### TASK DETAILS
Copy verbatim the block of lines in the entries below whose first line contains "v12 (142.177386,-107.87918,8)" and whose last line contains "e23 v20 v21 LINE". Leave out all other lines.

### RECORDS SHOWN
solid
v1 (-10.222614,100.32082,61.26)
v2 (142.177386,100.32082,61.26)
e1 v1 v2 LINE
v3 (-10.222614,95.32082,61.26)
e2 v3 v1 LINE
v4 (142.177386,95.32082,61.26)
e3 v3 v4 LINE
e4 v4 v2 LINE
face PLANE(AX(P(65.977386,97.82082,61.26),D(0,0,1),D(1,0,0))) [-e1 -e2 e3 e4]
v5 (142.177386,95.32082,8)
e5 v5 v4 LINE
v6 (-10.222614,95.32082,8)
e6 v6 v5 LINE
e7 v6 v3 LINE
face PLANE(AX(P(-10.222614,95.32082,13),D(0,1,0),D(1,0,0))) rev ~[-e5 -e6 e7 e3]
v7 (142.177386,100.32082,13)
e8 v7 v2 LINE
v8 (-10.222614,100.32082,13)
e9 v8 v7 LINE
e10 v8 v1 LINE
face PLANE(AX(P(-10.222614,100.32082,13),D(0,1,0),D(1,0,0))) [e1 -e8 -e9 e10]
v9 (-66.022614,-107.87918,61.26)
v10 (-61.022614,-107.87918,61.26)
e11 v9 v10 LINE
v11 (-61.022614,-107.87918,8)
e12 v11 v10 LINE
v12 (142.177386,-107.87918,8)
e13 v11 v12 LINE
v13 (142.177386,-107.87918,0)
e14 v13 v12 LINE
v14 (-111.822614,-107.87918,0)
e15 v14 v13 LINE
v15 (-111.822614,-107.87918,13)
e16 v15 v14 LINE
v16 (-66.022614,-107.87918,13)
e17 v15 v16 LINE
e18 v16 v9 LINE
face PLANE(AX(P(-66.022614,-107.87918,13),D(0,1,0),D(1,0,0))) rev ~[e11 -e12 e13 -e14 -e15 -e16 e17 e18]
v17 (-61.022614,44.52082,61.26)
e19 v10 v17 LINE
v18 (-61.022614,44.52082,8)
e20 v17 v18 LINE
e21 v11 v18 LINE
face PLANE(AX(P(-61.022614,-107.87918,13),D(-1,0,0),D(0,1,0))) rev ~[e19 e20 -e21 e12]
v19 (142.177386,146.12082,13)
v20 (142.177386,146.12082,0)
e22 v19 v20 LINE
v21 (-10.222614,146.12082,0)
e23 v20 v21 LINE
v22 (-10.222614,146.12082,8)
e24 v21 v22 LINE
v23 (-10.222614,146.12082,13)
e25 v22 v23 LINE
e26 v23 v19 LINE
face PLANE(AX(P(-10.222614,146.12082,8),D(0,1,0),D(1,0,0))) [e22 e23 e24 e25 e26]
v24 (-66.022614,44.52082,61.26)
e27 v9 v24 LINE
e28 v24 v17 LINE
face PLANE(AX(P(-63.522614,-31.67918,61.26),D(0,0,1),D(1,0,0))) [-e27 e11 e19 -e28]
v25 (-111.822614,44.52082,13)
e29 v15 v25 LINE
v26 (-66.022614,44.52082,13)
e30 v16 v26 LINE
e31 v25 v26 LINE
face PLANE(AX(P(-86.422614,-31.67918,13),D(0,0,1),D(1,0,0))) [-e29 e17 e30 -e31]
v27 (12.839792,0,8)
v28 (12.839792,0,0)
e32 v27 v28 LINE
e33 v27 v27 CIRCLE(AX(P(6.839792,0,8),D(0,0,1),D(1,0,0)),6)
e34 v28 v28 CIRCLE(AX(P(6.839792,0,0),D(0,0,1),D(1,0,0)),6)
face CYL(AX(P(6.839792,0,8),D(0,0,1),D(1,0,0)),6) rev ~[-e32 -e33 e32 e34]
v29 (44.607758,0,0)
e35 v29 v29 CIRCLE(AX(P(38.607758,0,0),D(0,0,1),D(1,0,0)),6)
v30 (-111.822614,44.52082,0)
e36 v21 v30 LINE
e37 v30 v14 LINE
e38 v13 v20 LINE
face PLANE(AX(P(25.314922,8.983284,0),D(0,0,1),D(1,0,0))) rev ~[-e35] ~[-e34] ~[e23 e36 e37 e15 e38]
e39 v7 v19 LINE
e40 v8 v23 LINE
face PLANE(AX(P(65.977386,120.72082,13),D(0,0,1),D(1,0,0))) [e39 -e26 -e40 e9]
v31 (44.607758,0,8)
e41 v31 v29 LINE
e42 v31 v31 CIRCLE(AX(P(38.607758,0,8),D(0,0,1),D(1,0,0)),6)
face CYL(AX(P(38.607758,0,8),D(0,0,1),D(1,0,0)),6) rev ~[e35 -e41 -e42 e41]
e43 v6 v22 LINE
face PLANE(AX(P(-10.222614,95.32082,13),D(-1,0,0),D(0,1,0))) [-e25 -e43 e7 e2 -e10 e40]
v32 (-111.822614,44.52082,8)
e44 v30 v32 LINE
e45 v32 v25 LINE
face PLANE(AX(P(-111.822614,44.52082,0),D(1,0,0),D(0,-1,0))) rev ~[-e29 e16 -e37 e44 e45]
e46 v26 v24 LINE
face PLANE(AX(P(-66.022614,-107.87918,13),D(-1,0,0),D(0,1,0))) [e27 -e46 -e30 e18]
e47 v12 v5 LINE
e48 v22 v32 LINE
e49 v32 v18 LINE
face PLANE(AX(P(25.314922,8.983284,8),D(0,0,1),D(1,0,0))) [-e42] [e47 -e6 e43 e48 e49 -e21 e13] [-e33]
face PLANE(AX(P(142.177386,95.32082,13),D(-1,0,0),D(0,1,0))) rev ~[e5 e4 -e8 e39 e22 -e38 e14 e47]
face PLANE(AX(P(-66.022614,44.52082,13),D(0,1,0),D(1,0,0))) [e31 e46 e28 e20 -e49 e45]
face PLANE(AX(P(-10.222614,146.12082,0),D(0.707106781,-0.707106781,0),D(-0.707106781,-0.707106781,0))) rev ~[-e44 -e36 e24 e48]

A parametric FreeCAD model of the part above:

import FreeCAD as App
import Part
import Sketcher
Q = App.Units.Quantity

doc = App.newDocument("Part")
body = doc.addObject("PartDesign::Body", "Body")

# Sketch on XY plane
sketch1 = body.newObject("Sketcher::SketchObject", "Sketch")
sketch1.AttachmentSupport = (doc.getObject("XY_Plane"), [""])
sketch1.MapMode = "FlatFace"
sketch1.addGeometry([
    Part.LineSegment(App.Vector(-10, 146, 0), App.Vector(-112, 45, 0)),  # 0
    Part.LineSegment(App.Vector(-112, 45, 0), App.Vector(-112, -108, 0)),  # 1
    Part.LineSegment(App.Vector(-112, -108, 0), App.Vector(142, -108, 0)),  # 2
    Part.LineSegment(App.Vector(142, -108, 0), App.Vector(142, 146, 0)),  # 3
    Part.LineSegment(App.Vector(142, 146, 0), App.Vector(-10, 146, 0)),  # 4
], False)
sketch1.addConstraint([
    Sketcher.Constraint("Coincident", 0, 2, 1, 1),
    Sketcher.Constraint("Coincident", 1, 2, 2, 1),
    Sketcher.Constraint("Coincident", 2, 2, 3, 1),
    Sketcher.Constraint("Coincident", 3, 2, 4, 1),
    Sketcher.Constraint("Coincident", 4, 2, 0, 1),
    Sketcher.Constraint("Vertical", 1),
    Sketcher.Constraint("Horizontal", 2),
    Sketcher.Constraint("Vertical", 3),
    Sketcher.Constraint("Horizontal", 4),
    Sketcher.Constraint("Equal", 4, 1),
    Sketcher.Constraint("Equal", 2, 3),
    Sketcher.Constraint("DistanceX", 2, 1, 2, 2, Q("10 in")),
    Sketcher.Constraint("DistanceX", 4, 2, 4, 1, Q("6 in")),
    Sketcher.Constraint("DistanceY", -1, 1, 0, 2, 44.52082),
    Sketcher.Constraint("DistanceX", 0, 2, -1, 1, 111.822614),
])
pad1 = body.newObject("PartDesign::Pad", "Pad")
pad1.Profile = sketch1
pad1.Length = 8

# Sketch on XY plane
sketch2 = body.newObject("Sketcher::SketchObject", "Sketch001")
sketch2.AttachmentSupport = (doc.getObject("XY_Plane"), [""])
sketch2.MapMode = "FlatFace"
sketch2.AttachmentOffset = App.Placement(App.Vector(0, 0, 8), App.Rotation())
sketch2.addGeometry([
    Part.LineSegment(App.Vector(-10, 146, 0), App.Vector(-10, 95, 0)),  # 0
    Part.LineSegment(App.Vector(-10, 95, 0), App.Vector(142, 95, 0)),  # 1
    Part.LineSegment(App.Vector(142, 95, 0), App.Vector(142, 146, 0)),  # 2
    Part.LineSegment(App.Vector(142, 146, 0), App.Vector(-10, 146, 0)),  # 3
    Part.LineSegment(App.Vector(-112, 45, 0), App.Vector(-112, -108, 0)),  # 4
    Part.LineSegment(App.Vector(-112, -108, 0), App.Vector(-61, -108, 0)),  # 5
    Part.LineSegment(App.Vector(-61, -108, 0), App.Vector(-61, 45, 0)),  # 6
    Part.LineSegment(App.Vector(-61, 45, 0), App.Vector(-112, 45, 0)),  # 7
], False)
sketch2.addConstraint([
    Sketcher.Constraint("Coincident", 0, 2, 1, 1),
    Sketcher.Constraint("Coincident", 1, 2, 2, 1),
    Sketcher.Constraint("Coincident", 2, 2, 3, 1),
    Sketcher.Constraint("Coincident", 3, 2, 0, 1),
    Sketcher.Constraint("Coincident", 4, 2, 5, 1),
    Sketcher.Constraint("Coincident", 5, 2, 6, 1),
    Sketcher.Constraint("Coincident", 6, 2, 7, 1),
    Sketcher.Constraint("Coincident", 7, 2, 4, 1),
    Sketcher.Constraint("Vertical", 0),
    Sketcher.Constraint("Horizontal", 1),
    Sketcher.Constraint("Vertical", 2),
    Sketcher.Constraint("Horizontal", 3),
    Sketcher.Constraint("Vertical", 4),
    Sketcher.Constraint("Horizontal", 5),
    Sketcher.Constraint("Vertical", 6),
    Sketcher.Constraint("Horizontal", 7),
    Sketcher.Constraint("Equal", 7, 0),
    Sketcher.Constraint("Equal", 3, 4),
    Sketcher.Constraint("DistanceX", 1, 1, 1, 2, Q("6 in")),
    Sketcher.Constraint("DistanceX", 5, 1, 5, 2, Q("2 in")),
    Sketcher.Constraint("DistanceX", 4, 2, 0, 2, Q("4 in")),
    Sketcher.Constraint("DistanceY", 4, 2, 0, 2, Q("8 in")),
    Sketcher.Constraint("DistanceY", -1, 1, 0, 2, 95.32082),
    Sketcher.Constraint("DistanceX", 0, 2, -1, 1, 10.222614),
])
pad2 = body.newObject("PartDesign::Pad", "Pad001")
pad2.Profile = sketch2
pad2.Length = 5

# Sketch on XY plane
sketch3 = body.newObject("Sketcher::SketchObject", "Sketch002")
sketch3.AttachmentSupport = (doc.getObject("XY_Plane"), [""])
sketch3.MapMode = "FlatFace"
sketch3.AttachmentOffset = App.Placement(App.Vector(0, 0, 13), App.Rotation())
sketch3.addGeometry([
    Part.LineSegment(App.Vector(-10, 100, 0), App.Vector(-10, 95, 0)),
    Part.LineSegment(App.Vector(-10, 95, 0), App.Vector(142, 95, 0)),
    Part.LineSegment(App.Vector(142, 95, 0), App.Vector(142, 100, 0)),
    Part.LineSegment(App.Vector(142, 100, 0), App.Vector(-10, 100, 0)),
], False)
sketch3.addConstraint([
    Sketcher.Constraint("Coincident", 0, 2, 1, 1),
    Sketcher.Constraint("Coincident", 1, 2, 2, 1),
    Sketcher.Constraint("Coincident", 2, 2, 3, 1),
    Sketcher.Constraint("Coincident", 3, 2, 0, 1),
    Sketcher.Constraint("Vertical", 0),
    Sketcher.Constraint("Horizontal", 1),
    Sketcher.Constraint("Vertical", 2),
    Sketcher.Constraint("Horizontal", 3),
    Sketcher.Constraint("DistanceX", 1, 1, 1, 2, Q("6 in")),
    Sketcher.Constraint("DistanceY", 0, 2, 0, 1, 5.0),
    Sketcher.Constraint("DistanceY", -1, 1, 0, 2, 95.32082),
    Sketcher.Constraint("DistanceX", 0, 2, -1, 1, 10.222614),
])
pad3 = body.newObject("PartDesign::Pad", "Pad002")
pad3.Profile = sketch3
pad3.Length = Q("1.9 in")

# Sketch on XY plane
sketch4 = body.newObject("Sketcher::SketchObject", "Sketch003")
sketch4.AttachmentSupport = (doc.getObject("XY_Plane"), [""])
sketch4.MapMode = "FlatFace"
sketch4.AttachmentOffset = App.Placement(App.Vector(0, 0, 8), App.Rotation())
sketch4.addGeometry(Part.Circle(App.Vector(7, 0, 0), App.Vector(0, 0, 1), 6), False)
sketch4.addConstraint([
    Sketcher.Constraint("PointOnObject", 0, 3, -1),
    Sketcher.Constraint("Diameter", 0, 12.0),
    Sketcher.Constraint("DistanceX", -1, 1, 0, 3, 6.839792),
])
pocket1 = body.newObject("PartDesign::Pocket", "Pocket")
pocket1.Profile = sketch4
pocket1.Length = 8

# Sketch on XY plane
sketch5 = body.newObject("Sketcher::SketchObject", "Sketch004")
sketch5.AttachmentSupport = (doc.getObject("XY_Plane"), [""])
sketch5.MapMode = "FlatFace"
sketch5.AttachmentOffset = App.Placement(App.Vector(0, 0, 8), App.Rotation())
sketch5.addGeometry(Part.Circle(App.Vector(39, 0, 0), App.Vector(0, 0, 1), 6), False)
sketch5.addConstraint([
    Sketcher.Constraint("PointOnObject", 0, 3, -1),
    Sketcher.Constraint("Diameter", 0, 12.0),
    Sketcher.Constraint("DistanceX", -1, 1, 0, 3, 38.607758),
])
pocket2 = body.newObject("PartDesign::Pocket", "Pocket001")
pocket2.Profile = sketch5
pocket2.Length = 8

# Sketch on XY plane
sketch6 = body.newObject("Sketcher::SketchObject", "Sketch005")
sketch6.AttachmentSupport = (doc.getObject("XY_Plane"), [""])
sketch6.MapMode = "FlatFace"
sketch6.AttachmentOffset = App.Placement(App.Vector(0, 0, 13), App.Rotation())
sketch6.addGeometry([
    Part.LineSegment(App.Vector(-66, 45, 0), App.Vector(-66, -108, 0)),
    Part.LineSegment(App.Vector(-66, -108, 0), App.Vector(-61, -108, 0)),
    Part.LineSegment(App.Vector(-61, -108, 0), App.Vector(-61, 45, 0)),
    Part.LineSegment(App.Vector(-61, 45, 0), App.Vector(-66, 45, 0)),
], False)
sketch6.addConstraint([
    Sketcher.Constraint("Coincident", 0, 2, 1, 1),
    Sketcher.Constraint("Coincident", 1, 2, 2, 1),
    Sketcher.Constraint("Coincident", 2, 2, 3, 1),
    Sketcher.Constraint("Coincident", 3, 2, 0, 1),
    Sketcher.Constraint("Vertical", 0),
    Sketcher.Constraint("Horizontal", 1),
    Sketcher.Constraint("Vertical", 2),
    Sketcher.Constraint("Horizontal", 3),
    Sketcher.Constraint("DistanceY", 0, 2, 0, 1, Q("6 in")),
    Sketcher.Constraint("DistanceX", 1, 1, 1, 2, 5.0),
    Sketcher.Constraint("DistanceY", 0, 2, -1, 1, 107.87918),
    Sketcher.Constraint("DistanceX", 0, 2, -1, 1, 66.022614),
])
pad4 = body.newObject("PartDesign::Pad", "Pad003")
pad4.Profile = sketch6
pad4.Length = Q("1.9 in")

doc.recompute()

### ANSWER TO THIS EXERCISE
v12 (142.177386,-107.87918,8)
e13 v11 v12 LINE
v13 (142.177386,-107.87918,0)
e14 v13 v12 LINE
v14 (-111.822614,-107.87918,0)
e15 v14 v13 LINE
v15 (-111.822614,-107.87918,13)
e16 v15 v14 LINE
v16 (-66.022614,-107.87918,13)
e17 v15 v16 LINE
e18 v16 v9 LINE
face PLANE(AX(P(-66.022614,-107.87918,13),D(0,1,0),D(1,0,0))) rev ~[e11 -e12 e13 -e14 -e15 -e16 e17 e18]
v17 (-61.022614,44.52082,61.26)
e19 v10 v17 LINE
v18 (-61.022614,44.52082,8)
e20 v17 v18 LINE
e21 v11 v18 LINE
face PLANE(AX(P(-61.022614,-107.87918,13),D(-1,0,0),D(0,1,0))) rev ~[e19 e20 -e21 e12]
v19 (142.177386,146.12082,13)
v20 (142.177386,146.12082,0)
e22 v19 v20 LINE
v21 (-10.222614,146.12082,0)
e23 v20 v21 LINE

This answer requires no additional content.